Her usual morning speed approximated that of a snail on Valium, but one look at the tennis ball in Moe’s mouth had her moving like an Olympic sprinter. She hit the floor, causing Moe to change direction and go into a skid. He thudded against the bed frame, then, undaunted, spat the ball at her feet.
“We do not play fetch the ball in the house. We do not play fetch the ball when I’m naked, which, you may notice, I am. We do not play fetch the ball before I have coffee.”
He cocked his head charmingly and lifted a paw.
“We’re going to have to compromise. First I’ll get unnaked.” She went to the closet for her robe. “Then I’ll have my first cup of coffee. After which I’ll take you for a very, very brief walk during which you can relieve your bladder and play fetch the ball for exactly three minutes. Take it or leave it.”

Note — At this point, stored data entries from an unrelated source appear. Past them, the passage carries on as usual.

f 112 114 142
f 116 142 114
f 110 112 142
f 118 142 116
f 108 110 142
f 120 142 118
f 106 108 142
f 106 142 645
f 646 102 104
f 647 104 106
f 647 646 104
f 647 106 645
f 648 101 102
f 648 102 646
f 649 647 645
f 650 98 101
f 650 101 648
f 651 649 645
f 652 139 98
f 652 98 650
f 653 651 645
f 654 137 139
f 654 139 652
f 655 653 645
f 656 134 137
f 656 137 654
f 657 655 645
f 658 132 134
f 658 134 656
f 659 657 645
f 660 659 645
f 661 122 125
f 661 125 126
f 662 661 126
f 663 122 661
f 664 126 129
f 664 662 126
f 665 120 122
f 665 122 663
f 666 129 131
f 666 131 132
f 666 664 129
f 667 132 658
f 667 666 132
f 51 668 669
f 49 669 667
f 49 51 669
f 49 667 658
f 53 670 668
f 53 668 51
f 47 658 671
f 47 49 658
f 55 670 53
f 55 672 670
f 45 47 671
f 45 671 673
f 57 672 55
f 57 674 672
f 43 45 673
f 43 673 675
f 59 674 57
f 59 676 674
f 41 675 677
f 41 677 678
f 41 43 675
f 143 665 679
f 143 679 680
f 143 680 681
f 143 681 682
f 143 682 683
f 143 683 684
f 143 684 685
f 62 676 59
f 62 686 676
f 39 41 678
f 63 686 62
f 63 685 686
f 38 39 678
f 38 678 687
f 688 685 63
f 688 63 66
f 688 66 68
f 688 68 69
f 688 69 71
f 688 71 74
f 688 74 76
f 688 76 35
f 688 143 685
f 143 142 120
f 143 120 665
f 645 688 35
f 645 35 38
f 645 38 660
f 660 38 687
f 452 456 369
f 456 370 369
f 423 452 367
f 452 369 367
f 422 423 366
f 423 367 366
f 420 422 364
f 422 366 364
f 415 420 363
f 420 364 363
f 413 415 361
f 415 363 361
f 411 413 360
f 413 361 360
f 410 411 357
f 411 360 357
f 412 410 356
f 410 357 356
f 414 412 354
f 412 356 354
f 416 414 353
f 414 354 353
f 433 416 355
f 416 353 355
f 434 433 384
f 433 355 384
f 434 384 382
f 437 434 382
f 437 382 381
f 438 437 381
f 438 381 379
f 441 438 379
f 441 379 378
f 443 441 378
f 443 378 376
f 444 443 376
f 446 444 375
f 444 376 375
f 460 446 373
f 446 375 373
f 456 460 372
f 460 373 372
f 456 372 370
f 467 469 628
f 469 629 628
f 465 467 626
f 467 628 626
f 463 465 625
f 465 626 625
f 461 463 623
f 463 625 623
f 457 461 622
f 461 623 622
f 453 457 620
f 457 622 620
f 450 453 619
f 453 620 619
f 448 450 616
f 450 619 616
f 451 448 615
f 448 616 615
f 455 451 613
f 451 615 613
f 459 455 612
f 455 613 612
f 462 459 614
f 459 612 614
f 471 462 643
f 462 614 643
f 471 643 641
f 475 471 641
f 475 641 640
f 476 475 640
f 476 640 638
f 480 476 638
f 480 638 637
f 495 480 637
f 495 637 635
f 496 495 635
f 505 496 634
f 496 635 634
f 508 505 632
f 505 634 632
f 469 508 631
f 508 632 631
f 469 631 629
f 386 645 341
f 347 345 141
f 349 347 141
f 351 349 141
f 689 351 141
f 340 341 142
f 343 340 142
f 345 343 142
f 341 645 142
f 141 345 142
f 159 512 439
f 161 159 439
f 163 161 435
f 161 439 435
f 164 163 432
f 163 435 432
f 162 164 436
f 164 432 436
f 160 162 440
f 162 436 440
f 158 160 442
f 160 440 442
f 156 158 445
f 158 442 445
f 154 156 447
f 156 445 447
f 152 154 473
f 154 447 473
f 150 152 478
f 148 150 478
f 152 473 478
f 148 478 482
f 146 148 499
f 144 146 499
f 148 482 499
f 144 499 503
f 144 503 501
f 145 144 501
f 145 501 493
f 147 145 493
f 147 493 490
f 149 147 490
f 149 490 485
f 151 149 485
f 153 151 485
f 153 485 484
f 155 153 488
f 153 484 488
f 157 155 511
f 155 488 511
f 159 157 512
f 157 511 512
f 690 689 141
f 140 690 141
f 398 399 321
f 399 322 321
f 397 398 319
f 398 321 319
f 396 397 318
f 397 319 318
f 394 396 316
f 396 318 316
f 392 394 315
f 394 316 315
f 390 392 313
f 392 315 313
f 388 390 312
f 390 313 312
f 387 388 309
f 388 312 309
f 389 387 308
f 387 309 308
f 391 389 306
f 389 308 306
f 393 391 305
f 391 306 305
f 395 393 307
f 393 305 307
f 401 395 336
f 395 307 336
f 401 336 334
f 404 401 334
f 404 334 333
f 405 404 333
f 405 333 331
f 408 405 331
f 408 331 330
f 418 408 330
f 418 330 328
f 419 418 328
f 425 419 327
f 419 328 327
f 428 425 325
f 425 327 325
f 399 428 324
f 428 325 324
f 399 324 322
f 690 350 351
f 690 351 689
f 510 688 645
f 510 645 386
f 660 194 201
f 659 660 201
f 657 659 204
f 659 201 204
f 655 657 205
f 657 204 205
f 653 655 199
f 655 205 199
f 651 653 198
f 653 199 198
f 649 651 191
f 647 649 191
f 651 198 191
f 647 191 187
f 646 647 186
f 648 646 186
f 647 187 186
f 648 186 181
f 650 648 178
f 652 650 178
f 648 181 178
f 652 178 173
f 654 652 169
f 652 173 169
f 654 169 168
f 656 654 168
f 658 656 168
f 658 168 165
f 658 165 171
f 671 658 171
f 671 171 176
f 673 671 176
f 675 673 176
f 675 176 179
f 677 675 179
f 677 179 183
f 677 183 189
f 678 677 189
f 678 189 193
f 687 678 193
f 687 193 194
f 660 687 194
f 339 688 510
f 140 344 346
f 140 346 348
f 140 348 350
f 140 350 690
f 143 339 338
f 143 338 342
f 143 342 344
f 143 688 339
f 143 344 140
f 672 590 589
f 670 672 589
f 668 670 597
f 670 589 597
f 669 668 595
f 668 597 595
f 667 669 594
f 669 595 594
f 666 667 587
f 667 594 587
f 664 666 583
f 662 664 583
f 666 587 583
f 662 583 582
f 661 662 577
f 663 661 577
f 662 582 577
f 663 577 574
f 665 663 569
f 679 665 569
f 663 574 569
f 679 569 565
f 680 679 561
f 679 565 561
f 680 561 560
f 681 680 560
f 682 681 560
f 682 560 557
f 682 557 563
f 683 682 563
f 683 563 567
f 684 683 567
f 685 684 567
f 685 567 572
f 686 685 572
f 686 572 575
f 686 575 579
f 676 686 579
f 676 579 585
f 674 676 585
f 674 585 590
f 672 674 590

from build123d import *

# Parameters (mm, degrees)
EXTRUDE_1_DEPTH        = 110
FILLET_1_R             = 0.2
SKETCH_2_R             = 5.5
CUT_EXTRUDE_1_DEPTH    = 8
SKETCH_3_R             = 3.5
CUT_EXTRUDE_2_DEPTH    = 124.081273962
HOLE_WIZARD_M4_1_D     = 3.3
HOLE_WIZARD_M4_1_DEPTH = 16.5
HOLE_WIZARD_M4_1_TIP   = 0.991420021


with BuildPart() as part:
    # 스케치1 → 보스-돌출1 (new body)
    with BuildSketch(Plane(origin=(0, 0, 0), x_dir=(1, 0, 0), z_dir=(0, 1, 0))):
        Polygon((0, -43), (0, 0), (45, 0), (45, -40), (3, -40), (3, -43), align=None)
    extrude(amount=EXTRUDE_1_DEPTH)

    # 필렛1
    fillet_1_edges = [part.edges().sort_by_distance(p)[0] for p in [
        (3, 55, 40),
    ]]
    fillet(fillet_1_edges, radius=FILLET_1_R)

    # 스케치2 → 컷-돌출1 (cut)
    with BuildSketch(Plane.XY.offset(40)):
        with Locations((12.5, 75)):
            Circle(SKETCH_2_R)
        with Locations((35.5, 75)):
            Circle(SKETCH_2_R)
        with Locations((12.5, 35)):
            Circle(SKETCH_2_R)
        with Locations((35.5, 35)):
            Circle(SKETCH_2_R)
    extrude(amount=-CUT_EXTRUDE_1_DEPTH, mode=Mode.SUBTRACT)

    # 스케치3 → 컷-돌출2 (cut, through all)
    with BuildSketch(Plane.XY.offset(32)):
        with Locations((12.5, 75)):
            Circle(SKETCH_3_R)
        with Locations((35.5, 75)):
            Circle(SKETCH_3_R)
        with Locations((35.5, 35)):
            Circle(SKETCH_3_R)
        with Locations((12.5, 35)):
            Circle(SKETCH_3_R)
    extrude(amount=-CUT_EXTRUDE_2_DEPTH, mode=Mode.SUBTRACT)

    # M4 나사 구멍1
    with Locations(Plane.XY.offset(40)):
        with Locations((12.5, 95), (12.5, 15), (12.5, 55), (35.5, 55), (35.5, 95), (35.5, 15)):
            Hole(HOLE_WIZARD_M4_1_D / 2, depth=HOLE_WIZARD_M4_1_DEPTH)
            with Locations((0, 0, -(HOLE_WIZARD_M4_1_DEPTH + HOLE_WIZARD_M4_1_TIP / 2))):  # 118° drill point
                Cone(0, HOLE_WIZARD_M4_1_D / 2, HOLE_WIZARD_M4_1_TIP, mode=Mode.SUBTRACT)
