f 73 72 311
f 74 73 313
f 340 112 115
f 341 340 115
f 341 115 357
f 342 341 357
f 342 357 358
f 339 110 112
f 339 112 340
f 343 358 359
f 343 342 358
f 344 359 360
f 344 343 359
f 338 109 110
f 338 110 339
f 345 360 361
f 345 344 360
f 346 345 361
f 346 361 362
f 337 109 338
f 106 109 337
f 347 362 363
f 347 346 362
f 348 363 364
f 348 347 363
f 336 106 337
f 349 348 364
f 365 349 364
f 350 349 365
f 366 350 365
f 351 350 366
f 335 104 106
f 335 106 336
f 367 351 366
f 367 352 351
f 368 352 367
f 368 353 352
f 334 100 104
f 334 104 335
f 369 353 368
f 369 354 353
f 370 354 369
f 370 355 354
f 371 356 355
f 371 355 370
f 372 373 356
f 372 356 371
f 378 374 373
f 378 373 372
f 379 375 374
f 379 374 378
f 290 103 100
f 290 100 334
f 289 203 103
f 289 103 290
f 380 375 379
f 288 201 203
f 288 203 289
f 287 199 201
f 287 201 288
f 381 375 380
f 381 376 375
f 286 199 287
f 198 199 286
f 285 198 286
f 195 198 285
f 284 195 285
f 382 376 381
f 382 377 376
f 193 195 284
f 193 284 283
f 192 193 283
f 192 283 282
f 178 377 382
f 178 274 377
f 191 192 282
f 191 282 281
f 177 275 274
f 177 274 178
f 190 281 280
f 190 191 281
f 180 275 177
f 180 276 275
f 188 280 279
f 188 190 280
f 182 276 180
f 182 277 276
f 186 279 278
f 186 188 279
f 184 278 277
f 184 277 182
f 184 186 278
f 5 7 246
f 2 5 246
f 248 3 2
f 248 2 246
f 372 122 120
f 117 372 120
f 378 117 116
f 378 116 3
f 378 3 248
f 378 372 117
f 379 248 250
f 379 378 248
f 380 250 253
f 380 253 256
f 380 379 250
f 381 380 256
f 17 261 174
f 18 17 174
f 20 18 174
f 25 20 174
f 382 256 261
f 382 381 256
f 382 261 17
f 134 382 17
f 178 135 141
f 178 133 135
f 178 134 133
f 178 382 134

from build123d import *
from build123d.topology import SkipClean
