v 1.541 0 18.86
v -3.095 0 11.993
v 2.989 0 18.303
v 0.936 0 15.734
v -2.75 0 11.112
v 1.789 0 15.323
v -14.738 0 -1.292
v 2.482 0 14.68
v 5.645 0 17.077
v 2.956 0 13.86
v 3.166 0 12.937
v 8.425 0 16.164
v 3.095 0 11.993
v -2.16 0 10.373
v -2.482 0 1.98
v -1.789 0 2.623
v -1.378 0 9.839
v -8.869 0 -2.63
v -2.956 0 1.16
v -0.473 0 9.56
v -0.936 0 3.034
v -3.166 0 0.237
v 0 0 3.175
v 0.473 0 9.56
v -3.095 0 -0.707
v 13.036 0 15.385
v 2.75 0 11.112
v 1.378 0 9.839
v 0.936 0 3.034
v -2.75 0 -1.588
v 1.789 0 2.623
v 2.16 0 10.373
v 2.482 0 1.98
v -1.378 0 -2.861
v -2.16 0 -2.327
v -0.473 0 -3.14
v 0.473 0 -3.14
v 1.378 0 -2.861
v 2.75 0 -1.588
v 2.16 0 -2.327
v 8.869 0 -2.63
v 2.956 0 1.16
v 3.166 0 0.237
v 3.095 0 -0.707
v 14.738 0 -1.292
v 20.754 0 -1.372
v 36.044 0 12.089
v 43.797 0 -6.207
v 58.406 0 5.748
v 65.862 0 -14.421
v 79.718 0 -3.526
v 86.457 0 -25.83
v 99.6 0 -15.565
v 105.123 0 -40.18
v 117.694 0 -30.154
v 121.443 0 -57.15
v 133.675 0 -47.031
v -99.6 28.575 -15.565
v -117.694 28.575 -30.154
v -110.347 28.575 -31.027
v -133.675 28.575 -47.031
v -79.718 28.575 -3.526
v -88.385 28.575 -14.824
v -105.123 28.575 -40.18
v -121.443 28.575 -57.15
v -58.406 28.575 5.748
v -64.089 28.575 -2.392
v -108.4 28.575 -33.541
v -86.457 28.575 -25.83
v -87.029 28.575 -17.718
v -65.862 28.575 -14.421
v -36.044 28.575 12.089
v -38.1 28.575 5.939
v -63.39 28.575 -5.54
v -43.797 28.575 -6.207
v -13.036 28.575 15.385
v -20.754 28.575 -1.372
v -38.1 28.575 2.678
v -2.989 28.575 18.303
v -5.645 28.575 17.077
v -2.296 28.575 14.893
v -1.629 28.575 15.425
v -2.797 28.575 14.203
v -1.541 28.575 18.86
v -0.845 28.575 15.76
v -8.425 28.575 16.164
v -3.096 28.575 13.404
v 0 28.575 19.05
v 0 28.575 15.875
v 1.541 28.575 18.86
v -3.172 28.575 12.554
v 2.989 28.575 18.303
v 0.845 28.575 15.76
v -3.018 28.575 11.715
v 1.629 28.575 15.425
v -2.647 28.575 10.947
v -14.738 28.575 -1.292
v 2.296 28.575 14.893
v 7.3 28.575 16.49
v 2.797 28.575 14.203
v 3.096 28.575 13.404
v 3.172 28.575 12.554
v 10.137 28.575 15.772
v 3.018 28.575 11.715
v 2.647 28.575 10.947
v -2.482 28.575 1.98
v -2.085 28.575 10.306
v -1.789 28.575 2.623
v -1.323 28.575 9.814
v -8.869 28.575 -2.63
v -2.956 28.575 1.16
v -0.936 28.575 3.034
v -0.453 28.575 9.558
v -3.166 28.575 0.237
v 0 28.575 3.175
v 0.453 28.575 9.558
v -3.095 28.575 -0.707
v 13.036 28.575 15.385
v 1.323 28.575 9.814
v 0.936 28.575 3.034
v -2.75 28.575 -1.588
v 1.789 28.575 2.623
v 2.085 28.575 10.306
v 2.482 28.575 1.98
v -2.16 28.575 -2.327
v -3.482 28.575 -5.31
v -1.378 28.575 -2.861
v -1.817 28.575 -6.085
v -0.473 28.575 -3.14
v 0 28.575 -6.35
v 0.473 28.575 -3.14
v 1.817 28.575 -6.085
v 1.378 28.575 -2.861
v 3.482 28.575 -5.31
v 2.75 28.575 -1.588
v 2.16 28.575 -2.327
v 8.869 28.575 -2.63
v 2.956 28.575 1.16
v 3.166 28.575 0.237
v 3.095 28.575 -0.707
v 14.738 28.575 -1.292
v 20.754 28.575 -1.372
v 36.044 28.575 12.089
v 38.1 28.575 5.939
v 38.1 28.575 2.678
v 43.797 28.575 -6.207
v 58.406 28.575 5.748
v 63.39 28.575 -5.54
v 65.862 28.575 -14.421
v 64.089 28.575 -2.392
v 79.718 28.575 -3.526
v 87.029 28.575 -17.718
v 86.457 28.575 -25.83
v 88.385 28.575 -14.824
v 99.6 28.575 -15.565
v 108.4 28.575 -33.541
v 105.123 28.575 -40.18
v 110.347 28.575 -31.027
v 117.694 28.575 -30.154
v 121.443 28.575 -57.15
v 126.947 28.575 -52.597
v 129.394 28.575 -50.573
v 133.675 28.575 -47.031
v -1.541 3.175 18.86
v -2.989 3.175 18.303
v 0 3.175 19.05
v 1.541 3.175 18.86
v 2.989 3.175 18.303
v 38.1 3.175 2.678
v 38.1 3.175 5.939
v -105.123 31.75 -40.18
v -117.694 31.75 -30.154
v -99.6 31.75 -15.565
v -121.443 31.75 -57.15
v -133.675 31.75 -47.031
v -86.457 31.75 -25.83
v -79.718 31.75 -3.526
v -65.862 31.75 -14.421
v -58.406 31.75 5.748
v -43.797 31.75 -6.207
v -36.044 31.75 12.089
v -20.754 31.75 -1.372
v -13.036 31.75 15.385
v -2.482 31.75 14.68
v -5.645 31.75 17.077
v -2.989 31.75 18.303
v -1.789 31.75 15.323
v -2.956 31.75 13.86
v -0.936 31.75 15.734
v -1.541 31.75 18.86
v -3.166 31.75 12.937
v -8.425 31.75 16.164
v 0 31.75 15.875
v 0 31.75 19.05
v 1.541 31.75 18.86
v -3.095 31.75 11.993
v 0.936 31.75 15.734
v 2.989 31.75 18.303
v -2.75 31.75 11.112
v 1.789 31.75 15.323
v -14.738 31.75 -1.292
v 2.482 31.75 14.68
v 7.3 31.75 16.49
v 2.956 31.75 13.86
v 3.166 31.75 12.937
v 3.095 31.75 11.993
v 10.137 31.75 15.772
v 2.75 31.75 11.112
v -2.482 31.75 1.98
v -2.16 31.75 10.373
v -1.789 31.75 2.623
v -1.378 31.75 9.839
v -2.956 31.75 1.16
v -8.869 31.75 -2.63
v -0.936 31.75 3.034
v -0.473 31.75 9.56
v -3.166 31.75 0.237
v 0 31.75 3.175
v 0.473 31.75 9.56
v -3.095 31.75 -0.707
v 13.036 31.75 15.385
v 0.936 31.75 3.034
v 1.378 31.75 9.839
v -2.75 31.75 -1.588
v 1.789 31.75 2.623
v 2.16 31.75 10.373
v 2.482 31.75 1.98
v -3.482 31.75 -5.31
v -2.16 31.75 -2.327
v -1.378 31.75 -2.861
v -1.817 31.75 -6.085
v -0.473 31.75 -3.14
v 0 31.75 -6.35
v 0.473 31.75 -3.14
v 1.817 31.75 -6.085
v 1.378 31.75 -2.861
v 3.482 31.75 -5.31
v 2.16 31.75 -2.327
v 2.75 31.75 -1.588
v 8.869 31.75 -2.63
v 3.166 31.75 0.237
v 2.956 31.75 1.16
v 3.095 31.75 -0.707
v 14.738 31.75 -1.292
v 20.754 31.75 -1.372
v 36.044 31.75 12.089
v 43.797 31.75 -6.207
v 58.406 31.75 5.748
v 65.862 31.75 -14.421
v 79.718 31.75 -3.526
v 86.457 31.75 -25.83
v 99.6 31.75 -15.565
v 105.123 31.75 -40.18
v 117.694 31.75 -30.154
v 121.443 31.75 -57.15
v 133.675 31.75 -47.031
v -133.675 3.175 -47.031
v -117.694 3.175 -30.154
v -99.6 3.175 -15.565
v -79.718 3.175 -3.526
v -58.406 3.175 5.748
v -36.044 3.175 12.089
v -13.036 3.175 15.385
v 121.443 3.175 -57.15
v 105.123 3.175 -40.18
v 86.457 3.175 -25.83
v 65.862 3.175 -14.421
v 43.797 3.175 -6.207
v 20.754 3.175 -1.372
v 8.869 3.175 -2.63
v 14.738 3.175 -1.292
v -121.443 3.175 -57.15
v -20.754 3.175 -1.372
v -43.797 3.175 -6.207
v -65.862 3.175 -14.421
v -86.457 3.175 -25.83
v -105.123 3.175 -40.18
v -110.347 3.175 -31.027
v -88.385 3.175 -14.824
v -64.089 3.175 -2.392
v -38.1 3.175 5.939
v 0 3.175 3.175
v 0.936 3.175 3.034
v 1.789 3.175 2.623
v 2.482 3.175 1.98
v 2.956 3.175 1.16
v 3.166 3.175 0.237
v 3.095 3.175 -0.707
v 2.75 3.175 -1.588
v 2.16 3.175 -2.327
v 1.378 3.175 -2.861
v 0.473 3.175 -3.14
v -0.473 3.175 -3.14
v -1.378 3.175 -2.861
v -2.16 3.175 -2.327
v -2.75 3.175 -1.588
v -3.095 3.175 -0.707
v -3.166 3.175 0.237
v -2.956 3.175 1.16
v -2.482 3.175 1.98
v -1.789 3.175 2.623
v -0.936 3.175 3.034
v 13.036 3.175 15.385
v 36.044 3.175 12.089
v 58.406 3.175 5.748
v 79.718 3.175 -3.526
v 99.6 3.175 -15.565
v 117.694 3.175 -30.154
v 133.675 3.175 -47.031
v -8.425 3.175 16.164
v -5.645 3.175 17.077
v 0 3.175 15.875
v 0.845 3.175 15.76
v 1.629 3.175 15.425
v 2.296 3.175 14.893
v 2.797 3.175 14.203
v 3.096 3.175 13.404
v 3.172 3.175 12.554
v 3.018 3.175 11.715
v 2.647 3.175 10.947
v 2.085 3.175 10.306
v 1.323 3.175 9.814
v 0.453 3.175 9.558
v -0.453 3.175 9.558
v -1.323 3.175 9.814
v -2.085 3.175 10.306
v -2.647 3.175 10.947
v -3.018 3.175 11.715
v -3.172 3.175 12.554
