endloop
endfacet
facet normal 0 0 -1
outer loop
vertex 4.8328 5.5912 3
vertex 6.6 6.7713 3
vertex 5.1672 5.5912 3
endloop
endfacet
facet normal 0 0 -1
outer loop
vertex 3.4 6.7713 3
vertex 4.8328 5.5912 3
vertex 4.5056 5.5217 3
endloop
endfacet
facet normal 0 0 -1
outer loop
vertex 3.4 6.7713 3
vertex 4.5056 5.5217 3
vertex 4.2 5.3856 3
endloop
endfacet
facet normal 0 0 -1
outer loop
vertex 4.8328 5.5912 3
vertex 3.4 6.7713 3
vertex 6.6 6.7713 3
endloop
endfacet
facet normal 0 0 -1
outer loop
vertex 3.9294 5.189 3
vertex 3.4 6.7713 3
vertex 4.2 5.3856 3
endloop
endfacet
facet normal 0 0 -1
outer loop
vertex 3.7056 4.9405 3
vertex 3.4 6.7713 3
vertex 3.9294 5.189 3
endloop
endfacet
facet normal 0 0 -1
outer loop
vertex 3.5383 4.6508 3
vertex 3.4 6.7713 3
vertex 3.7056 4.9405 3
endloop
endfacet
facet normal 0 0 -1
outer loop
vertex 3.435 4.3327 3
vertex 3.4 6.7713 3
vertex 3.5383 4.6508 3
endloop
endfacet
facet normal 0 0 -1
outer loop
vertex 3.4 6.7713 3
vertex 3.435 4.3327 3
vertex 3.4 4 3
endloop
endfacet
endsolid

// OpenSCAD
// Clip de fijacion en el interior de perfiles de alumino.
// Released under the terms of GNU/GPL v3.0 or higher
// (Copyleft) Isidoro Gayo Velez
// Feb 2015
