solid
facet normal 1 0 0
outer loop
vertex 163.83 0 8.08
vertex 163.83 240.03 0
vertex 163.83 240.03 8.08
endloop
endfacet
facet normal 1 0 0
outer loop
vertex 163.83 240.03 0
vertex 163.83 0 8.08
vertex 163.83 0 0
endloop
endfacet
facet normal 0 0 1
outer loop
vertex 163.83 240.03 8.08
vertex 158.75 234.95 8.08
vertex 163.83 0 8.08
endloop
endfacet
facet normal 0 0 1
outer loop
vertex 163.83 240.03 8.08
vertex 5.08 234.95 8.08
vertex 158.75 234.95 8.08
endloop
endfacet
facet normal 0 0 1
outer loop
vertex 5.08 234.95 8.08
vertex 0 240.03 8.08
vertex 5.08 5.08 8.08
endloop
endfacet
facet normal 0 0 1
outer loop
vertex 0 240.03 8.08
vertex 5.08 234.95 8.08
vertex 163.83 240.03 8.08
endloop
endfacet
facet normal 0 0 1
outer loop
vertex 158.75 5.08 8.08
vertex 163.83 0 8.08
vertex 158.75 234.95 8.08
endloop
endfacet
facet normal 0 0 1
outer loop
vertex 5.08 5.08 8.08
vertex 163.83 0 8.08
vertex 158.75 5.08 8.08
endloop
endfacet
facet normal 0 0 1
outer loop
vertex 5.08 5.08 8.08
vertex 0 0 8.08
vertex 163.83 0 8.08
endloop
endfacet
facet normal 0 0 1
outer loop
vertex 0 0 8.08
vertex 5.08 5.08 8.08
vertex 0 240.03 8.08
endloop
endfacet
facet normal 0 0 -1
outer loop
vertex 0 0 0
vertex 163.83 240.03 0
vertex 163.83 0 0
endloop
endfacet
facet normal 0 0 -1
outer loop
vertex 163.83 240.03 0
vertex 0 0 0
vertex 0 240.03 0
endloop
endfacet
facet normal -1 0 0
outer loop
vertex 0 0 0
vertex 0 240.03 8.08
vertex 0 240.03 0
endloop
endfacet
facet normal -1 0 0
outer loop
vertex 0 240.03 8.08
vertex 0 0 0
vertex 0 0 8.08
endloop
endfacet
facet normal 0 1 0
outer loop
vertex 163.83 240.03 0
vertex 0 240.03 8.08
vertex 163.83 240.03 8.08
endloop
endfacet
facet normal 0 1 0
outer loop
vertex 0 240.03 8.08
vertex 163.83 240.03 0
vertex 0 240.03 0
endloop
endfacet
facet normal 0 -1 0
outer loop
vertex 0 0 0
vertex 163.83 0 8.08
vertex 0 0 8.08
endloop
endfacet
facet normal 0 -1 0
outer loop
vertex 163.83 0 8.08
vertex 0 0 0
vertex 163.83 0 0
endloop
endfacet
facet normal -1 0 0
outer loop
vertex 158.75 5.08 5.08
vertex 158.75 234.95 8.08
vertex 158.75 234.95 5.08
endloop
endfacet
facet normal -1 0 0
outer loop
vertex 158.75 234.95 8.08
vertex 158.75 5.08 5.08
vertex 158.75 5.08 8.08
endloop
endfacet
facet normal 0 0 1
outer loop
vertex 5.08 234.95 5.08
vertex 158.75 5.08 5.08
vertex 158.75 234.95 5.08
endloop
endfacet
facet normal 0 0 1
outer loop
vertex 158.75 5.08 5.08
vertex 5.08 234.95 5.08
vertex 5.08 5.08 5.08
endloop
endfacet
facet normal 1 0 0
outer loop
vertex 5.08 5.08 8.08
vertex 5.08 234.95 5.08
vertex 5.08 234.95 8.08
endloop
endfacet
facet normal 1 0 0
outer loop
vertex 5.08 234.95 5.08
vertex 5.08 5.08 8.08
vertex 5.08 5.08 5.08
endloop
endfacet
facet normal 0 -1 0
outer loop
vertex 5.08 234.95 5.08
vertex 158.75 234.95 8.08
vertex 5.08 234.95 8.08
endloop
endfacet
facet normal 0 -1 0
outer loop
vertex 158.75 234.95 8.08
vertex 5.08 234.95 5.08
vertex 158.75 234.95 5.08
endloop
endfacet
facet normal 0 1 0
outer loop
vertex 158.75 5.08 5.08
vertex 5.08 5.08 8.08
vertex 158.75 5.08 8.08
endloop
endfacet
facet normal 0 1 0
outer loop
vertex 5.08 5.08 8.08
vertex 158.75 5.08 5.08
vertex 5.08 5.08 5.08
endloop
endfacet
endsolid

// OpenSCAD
inch = 25.4;

picture_x = 6.05 * inch;
picture_y = 9.05 * inch;
picture_z = 3;

wall_thickness = .2 * inch;

frame_x = picture_x + (wall_thickness * 2);
frame_y = picture_y + (wall_thickness * 2);
frame_z = picture_z + wall_thickness;

difference() {
    cube([frame_x, frame_y, frame_z]);
    translate([wall_thickness, wall_thickness, wall_thickness]) {
        cube([picture_x, picture_y, picture_z]);
    }
}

SHE didn’t know how he did it—like master, like dog, she supposed—but she ended up spending a good twenty minutes playing with Moe in the park.
This was not her morning routine, and if there was anything that was sacrosanct to Dana, it was her morning routine. She could admit that she felt more energized and more cheerful after the interlude with the goofy dog. But she wasn’t going to tell Moe that, or anyone else.
He gobbled down his breakfast while she ate hers, then fortunately for all involved, plopped down for a quick morning nap while she substituted Othello for her current breakfast book.
To stay fresh, to let it all simmer in her head, she switched gears after thirty minutes, and chose one of the books on sorcery. However wily and amoral Iago was, Kane was more so—and he had power. Maybe there was a way to undermine it, or deflect it, while she searched for the key.
She read of white magic, and of black. Of sorcery and necromancy. And it was different, she realized as she made her notes, when you knew the fantastic you read of was real.
Not fantasy. Not lies, but truth.
She had to remember that, she thought as she closed the book. It was essential that she remember the truth.
IT was very satisfying, Dana discovered when she was hip-deep in work at Indulgence, to prime the dull wall with fresh white paint.
Our place, she thought.
As they painted, she briefed Zoe and Malory on her visit to the Peak and what she’d learned.
“So he can hurt us.” Frowning, Zoe added more paint to the automatic roller for Malory. “Or we can hurt ourselves. I guess that’s what it really means.”
“If we drift too far beyond actual reality, yeah,” Dana agreed. “I think that’s what it means.”
“But he can’t hurt us unless we allow it,” Malory put in. “The trick is not to allow it, which is not as easy as it sounds.”